Pedidos de censura prévia de conteúdo jornalístico crescem 300% nas eleições de 2016, em comparação com o pleito de 2012. Fenômeno natural ou volta da repressão à imprensa?
 
NÁDIA MENDES
Em uma democracia consolidada, atos de cerceamento jornalístico são impensáveis. No Brasil, estamos livres da censura institucional desde o fim da ditadura militar, em 1985, e temos o direito à liberdade de expressão salvaguardado na Constituição Federal de 1988: “A manifestação de pensamento é livre, sendo vedado o anonimato”, diz o 4º parágrafo do artigo 5º. No entanto, nos últimos anos, observa-se o crescimento de ações na Justiça com a intenção de tolher essa garantia.

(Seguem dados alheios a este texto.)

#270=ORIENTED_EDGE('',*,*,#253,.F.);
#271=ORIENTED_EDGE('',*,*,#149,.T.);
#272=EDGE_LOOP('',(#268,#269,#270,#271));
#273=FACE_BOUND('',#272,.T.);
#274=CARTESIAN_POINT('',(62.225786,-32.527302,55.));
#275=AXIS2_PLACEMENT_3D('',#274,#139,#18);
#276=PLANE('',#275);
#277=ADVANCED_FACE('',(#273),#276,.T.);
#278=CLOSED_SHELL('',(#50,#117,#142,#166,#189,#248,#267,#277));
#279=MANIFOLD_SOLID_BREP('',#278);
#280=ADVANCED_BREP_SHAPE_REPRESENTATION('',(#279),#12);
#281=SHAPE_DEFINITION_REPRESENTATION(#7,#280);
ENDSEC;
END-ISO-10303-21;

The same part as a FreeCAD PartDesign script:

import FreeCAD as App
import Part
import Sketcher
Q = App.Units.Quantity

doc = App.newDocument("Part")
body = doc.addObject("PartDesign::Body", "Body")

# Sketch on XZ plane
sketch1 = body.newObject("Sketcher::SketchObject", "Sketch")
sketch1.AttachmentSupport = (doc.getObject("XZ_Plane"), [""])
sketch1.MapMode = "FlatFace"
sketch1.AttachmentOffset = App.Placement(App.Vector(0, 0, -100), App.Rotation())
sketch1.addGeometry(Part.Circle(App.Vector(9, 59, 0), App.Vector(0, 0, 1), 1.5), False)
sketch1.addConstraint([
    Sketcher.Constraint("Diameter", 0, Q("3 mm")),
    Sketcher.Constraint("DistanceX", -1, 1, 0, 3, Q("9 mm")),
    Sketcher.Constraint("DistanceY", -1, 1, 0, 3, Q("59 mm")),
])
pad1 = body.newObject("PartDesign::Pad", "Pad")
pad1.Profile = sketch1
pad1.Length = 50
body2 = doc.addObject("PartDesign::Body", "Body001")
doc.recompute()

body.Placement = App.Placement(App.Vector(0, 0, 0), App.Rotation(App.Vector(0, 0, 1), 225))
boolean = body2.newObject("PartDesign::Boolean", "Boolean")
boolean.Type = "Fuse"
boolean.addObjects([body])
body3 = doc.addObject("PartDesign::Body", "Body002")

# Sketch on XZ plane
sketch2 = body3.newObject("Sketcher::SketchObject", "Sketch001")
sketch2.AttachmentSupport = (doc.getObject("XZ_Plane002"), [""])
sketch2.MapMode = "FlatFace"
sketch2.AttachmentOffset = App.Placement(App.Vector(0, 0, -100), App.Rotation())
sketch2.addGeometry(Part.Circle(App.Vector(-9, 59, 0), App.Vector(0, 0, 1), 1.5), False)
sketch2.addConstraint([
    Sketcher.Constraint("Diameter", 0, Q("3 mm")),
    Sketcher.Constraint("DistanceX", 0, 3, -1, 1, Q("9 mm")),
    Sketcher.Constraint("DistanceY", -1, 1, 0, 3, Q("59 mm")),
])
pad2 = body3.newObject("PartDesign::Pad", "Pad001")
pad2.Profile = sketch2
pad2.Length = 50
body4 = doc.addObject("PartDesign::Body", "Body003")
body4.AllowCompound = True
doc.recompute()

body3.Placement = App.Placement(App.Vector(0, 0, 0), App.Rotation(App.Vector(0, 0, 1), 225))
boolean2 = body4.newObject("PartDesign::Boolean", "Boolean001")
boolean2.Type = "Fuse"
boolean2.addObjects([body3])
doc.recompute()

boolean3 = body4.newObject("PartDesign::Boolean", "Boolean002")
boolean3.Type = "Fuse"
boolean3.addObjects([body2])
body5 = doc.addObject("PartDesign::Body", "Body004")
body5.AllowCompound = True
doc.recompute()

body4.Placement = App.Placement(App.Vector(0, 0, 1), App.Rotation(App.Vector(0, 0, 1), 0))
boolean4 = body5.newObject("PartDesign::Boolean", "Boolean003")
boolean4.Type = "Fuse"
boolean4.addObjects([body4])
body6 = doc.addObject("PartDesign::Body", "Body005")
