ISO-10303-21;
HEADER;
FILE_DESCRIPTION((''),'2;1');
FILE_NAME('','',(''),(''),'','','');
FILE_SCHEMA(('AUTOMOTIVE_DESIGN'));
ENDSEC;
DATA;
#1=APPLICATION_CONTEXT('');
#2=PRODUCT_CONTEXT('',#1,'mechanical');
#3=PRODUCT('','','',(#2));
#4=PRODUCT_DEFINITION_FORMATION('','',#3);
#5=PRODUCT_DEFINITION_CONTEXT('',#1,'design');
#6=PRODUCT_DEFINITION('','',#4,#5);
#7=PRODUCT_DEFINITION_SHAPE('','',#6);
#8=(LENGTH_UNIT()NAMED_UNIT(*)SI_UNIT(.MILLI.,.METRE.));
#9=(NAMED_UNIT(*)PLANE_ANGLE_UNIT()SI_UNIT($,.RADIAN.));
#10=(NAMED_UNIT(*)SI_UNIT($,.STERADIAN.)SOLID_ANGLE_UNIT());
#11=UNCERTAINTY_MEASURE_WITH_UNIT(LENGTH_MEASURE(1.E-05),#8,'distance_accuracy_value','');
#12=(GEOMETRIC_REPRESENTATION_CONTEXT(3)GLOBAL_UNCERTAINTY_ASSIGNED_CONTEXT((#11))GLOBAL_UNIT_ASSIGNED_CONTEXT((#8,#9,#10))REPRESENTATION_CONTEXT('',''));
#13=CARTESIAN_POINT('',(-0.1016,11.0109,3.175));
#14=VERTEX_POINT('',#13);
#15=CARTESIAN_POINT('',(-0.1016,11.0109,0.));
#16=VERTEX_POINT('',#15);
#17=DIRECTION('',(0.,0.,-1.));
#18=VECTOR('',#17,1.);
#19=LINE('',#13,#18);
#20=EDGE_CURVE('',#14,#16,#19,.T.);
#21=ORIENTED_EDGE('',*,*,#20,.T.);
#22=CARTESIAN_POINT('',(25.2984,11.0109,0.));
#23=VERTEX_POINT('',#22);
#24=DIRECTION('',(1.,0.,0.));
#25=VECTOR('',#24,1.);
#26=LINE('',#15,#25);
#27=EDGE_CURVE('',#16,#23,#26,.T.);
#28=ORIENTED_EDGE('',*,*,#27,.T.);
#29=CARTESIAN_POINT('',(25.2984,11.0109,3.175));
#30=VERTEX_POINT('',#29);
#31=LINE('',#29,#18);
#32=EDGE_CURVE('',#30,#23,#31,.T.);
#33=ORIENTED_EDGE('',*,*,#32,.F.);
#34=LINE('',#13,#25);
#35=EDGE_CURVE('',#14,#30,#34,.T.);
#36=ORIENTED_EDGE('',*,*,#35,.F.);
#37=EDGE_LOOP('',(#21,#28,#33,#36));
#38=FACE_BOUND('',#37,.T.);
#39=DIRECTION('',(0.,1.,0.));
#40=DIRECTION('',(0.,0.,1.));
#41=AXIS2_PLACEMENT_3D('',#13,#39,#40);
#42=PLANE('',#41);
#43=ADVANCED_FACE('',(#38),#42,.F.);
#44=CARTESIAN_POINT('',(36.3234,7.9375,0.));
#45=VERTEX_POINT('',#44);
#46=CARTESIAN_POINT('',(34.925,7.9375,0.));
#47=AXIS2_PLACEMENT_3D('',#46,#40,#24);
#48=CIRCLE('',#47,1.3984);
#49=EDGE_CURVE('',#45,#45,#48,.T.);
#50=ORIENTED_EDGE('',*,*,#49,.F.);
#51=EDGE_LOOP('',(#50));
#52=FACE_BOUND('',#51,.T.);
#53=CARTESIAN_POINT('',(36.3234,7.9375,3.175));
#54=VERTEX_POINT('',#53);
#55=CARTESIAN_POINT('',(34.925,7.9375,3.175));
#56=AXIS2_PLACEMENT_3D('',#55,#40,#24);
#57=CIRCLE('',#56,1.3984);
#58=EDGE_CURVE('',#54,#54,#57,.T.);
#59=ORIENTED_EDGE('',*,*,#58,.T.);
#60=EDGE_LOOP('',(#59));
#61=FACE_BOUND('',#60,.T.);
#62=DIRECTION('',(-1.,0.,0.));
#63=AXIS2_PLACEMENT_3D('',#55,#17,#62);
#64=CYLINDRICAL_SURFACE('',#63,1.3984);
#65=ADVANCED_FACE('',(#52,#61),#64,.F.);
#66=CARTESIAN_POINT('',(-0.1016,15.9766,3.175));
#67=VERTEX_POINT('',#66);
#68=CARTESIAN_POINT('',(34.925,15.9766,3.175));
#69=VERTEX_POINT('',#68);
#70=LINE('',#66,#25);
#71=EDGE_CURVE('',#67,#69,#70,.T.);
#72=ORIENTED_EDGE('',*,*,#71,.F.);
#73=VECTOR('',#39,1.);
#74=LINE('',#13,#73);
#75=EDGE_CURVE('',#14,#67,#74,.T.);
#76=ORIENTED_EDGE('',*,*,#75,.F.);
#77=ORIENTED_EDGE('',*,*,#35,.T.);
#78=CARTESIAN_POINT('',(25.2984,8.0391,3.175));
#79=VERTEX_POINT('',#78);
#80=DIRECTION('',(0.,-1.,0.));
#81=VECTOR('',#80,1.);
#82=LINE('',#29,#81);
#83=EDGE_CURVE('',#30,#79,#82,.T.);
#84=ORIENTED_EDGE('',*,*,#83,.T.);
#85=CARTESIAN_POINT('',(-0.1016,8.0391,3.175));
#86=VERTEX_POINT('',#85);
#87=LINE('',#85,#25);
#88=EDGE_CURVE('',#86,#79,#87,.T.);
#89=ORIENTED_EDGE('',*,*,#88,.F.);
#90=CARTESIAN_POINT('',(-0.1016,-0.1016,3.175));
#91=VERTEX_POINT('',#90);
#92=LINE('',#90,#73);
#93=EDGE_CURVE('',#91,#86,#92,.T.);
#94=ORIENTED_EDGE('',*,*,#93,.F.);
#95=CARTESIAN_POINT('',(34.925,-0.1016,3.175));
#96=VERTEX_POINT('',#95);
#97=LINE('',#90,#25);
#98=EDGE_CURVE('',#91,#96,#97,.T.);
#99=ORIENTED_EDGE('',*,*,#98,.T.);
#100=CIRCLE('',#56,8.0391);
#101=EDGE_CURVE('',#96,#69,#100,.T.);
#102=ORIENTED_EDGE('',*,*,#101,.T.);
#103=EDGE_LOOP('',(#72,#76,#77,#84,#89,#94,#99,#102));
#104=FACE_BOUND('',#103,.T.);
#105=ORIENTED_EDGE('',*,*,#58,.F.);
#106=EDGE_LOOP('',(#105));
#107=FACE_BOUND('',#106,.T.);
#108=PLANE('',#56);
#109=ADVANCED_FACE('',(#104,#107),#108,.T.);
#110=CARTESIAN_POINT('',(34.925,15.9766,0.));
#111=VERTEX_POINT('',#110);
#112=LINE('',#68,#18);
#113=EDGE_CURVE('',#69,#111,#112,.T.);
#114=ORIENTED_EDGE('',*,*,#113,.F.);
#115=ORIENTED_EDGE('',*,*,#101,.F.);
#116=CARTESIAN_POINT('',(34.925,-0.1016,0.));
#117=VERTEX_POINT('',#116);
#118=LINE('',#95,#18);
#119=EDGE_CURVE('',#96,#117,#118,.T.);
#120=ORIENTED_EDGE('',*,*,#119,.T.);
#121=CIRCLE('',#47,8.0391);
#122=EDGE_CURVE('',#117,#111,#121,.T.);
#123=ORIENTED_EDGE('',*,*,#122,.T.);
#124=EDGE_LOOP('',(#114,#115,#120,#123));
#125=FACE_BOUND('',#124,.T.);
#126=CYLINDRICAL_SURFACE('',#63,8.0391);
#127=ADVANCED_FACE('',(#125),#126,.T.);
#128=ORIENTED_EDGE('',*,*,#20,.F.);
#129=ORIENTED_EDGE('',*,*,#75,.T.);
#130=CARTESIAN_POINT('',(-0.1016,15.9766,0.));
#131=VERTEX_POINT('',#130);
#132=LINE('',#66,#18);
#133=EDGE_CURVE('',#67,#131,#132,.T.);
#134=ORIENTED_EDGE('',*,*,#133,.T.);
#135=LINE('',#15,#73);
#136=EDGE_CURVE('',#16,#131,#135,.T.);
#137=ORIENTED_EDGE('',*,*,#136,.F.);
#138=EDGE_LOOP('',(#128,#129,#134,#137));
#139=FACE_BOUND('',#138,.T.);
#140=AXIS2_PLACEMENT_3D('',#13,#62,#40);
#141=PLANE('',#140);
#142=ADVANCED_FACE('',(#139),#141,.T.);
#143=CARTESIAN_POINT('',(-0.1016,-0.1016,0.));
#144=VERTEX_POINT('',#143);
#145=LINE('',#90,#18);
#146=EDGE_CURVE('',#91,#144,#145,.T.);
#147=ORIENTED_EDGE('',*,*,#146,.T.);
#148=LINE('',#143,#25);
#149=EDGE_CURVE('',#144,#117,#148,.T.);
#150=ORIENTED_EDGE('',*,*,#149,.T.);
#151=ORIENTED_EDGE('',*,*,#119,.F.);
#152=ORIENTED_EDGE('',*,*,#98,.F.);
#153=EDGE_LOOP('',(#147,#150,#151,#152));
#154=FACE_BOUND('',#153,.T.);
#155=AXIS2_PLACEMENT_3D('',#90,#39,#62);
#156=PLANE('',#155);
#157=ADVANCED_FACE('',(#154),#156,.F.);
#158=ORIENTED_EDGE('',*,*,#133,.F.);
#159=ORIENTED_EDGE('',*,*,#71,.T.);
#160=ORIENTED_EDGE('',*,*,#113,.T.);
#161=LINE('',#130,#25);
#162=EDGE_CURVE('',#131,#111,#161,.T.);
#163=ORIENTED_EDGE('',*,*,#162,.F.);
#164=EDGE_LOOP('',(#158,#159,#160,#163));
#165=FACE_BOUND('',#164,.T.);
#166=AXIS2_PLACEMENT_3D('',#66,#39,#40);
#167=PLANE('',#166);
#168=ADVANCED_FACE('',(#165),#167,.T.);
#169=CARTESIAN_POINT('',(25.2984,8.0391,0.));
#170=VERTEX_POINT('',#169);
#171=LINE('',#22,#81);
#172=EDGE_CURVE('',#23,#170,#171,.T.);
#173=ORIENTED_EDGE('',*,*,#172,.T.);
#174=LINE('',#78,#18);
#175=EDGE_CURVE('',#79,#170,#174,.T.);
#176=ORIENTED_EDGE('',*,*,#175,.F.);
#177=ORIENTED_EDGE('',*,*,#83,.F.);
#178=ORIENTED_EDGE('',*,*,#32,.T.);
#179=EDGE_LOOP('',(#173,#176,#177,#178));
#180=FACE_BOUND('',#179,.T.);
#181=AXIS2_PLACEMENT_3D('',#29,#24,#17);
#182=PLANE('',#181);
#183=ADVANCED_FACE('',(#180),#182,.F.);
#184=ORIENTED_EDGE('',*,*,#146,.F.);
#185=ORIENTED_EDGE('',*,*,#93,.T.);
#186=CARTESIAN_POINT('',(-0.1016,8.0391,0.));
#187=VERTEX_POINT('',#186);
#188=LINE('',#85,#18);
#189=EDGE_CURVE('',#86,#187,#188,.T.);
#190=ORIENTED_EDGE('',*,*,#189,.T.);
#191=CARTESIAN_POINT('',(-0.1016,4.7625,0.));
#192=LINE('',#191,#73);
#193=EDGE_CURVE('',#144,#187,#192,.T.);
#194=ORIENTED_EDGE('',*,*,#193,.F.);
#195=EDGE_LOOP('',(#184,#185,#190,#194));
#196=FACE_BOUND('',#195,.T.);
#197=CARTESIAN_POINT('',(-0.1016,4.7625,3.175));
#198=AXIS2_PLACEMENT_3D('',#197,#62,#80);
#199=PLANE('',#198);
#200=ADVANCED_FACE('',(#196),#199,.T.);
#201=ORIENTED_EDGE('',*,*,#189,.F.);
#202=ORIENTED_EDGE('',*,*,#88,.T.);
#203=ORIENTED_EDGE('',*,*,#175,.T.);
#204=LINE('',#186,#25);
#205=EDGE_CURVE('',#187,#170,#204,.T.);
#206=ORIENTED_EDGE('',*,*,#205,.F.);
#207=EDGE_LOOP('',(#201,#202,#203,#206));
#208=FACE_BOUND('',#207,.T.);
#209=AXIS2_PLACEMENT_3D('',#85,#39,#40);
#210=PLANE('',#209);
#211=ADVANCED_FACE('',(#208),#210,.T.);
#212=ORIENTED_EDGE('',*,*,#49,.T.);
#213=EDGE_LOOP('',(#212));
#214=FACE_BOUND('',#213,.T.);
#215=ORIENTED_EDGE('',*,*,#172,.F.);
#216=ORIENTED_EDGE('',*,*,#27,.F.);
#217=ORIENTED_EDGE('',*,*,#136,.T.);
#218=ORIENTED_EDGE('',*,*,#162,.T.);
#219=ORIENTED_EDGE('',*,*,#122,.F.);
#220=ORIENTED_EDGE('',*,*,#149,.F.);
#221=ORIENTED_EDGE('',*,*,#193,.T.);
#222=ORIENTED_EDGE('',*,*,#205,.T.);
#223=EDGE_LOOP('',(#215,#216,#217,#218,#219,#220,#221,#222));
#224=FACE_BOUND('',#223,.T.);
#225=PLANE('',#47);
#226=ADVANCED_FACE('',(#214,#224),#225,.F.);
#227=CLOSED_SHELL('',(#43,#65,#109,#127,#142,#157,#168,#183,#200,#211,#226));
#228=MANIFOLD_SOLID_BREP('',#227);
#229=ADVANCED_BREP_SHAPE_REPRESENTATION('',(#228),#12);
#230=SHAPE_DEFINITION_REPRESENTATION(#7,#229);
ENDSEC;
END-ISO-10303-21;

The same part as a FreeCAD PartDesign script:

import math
import FreeCAD as App
import Part
import Sketcher

V = App.Vector
Q = App.Units.Quantity

doc = App.newDocument("Part")
body = doc.addObject("PartDesign::Body", "Body")

# Sketch on XY plane
sketch1 = doc.addObject("Sketcher::SketchObject", "Sketch")
body.addObject(sketch1)
sketch1.AttachmentSupport = (doc.XY_Plane, [""])
sketch1.MapMode = "FlatFace"
sketch1.addGeometry([
    Part.LineSegment(V(34.925, 15.9766, 0), V(-0.1016, 15.9766, 0)),  # 0
    Part.LineSegment(V(-0.1016, 15.9766, 0), V(-0.1016, 11.0109, 0)),  # 1
    Part.LineSegment(V(-0.1016, 11.0109, 0), V(25.2984, 11.0109, 0)),  # 2
    Part.LineSegment(V(25.2984, 11.0109, 0), V(25.2984, 8.0391, 0)),  # 3
    Part.LineSegment(V(25.2984, 8.0391, 0), V(-0.1016, 8.0391, 0)),  # 4
    Part.LineSegment(V(-0.1016, 8.0391, 0), V(-0.1016, -0.1016, 0)),  # 5
    Part.LineSegment(V(-0.1016, -0.1016, 0), V(34.925, -0.1016, 0)),  # 6
    Part.ArcOfCircle(Part.Circle(V(34.925, 7.9375, 0), V(0, 0, 1), 8.0391), math.radians(-90), math.radians(90)),  # 7
    Part.Circle(V(34.925, 7.9375, 0), V(0, 0, 1), 1.3984),  # 8
], False)
sketch1.addConstraint([
    Sketcher.Constraint("Coincident", 0, 2, 1, 1),
    Sketcher.Constraint("Coincident", 1, 2, 2, 1),
    Sketcher.Constraint("Coincident", 2, 2, 3, 1),
    Sketcher.Constraint("Coincident", 3, 2, 4, 1),
    Sketcher.Constraint("Coincident", 4, 2, 5, 1),
    Sketcher.Constraint("Coincident", 5, 2, 6, 1),
    Sketcher.Constraint("Tangent", 6, 2, 7, 1),
    Sketcher.Constraint("Tangent", 7, 2, 0, 1),
    Sketcher.Constraint("Horizontal", 0),
    Sketcher.Constraint("Vertical", 1),
    Sketcher.Constraint("Horizontal", 2),
    Sketcher.Constraint("Vertical", 3),
    Sketcher.Constraint("Horizontal", 4),
    Sketcher.Constraint("Vertical", 5),
    Sketcher.Constraint("Horizontal", 6),
    Sketcher.Constraint("Coincident", 8, 3, 7, 3),
    Sketcher.Constraint("Vertical", 1, 2, 4, 2),
    Sketcher.Constraint("DistanceX", 2, 1, 2, 2, Q("1 in")),
    Sketcher.Constraint("Radius", 7, Q("0.3165 in")),
    Sketcher.Constraint("Diameter", 8, Q("2.7968 mm")),
    Sketcher.Constraint("DistanceX", 0, 2, 0, 1, Q("1.379 in")),
    Sketcher.Constraint("DistanceY", 3, 2, 3, 1, Q("0.117 in")),
    Sketcher.Constraint("DistanceY", 1, 2, 1, 1, Q("0.1955 in")),
    Sketcher.Constraint("DistanceX", -1, 1, 7, 3, Q("1.375 in")),
    Sketcher.Constraint("DistanceY", -1, 1, 7, 3, Q("0.3125 in")),
])
pad1 = doc.addObject("PartDesign::Pad", "Pad")
body.addObject(pad1)
pad1.Profile = sketch1
pad1.Length = Q("0.125 in")

doc.recompute()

Só nas eleições municipais de 2016, os candidatos a prefeito e vereador ingressaram com 604 ações na Justiça pedindo a suspensão de programação de rádio, circulação de jornais e retirada de sites e conteúdos jornalísticos da internet em todo o país. Destas, 97 foram além e pediram também a censura prévia, ou seja, que os veículos se abstivessem de publicar algum conteúdo relacionado àqueles candidatos.

Para efeito de comparação, na eleição de 2012 foram 421 ações judiciais para retirada de informações, sendo 24 solicitando algum tipo de censura prévia de conteúdo. Os números mostram, respectivamente, um aumento de 43,5% e 300% em quatro anos.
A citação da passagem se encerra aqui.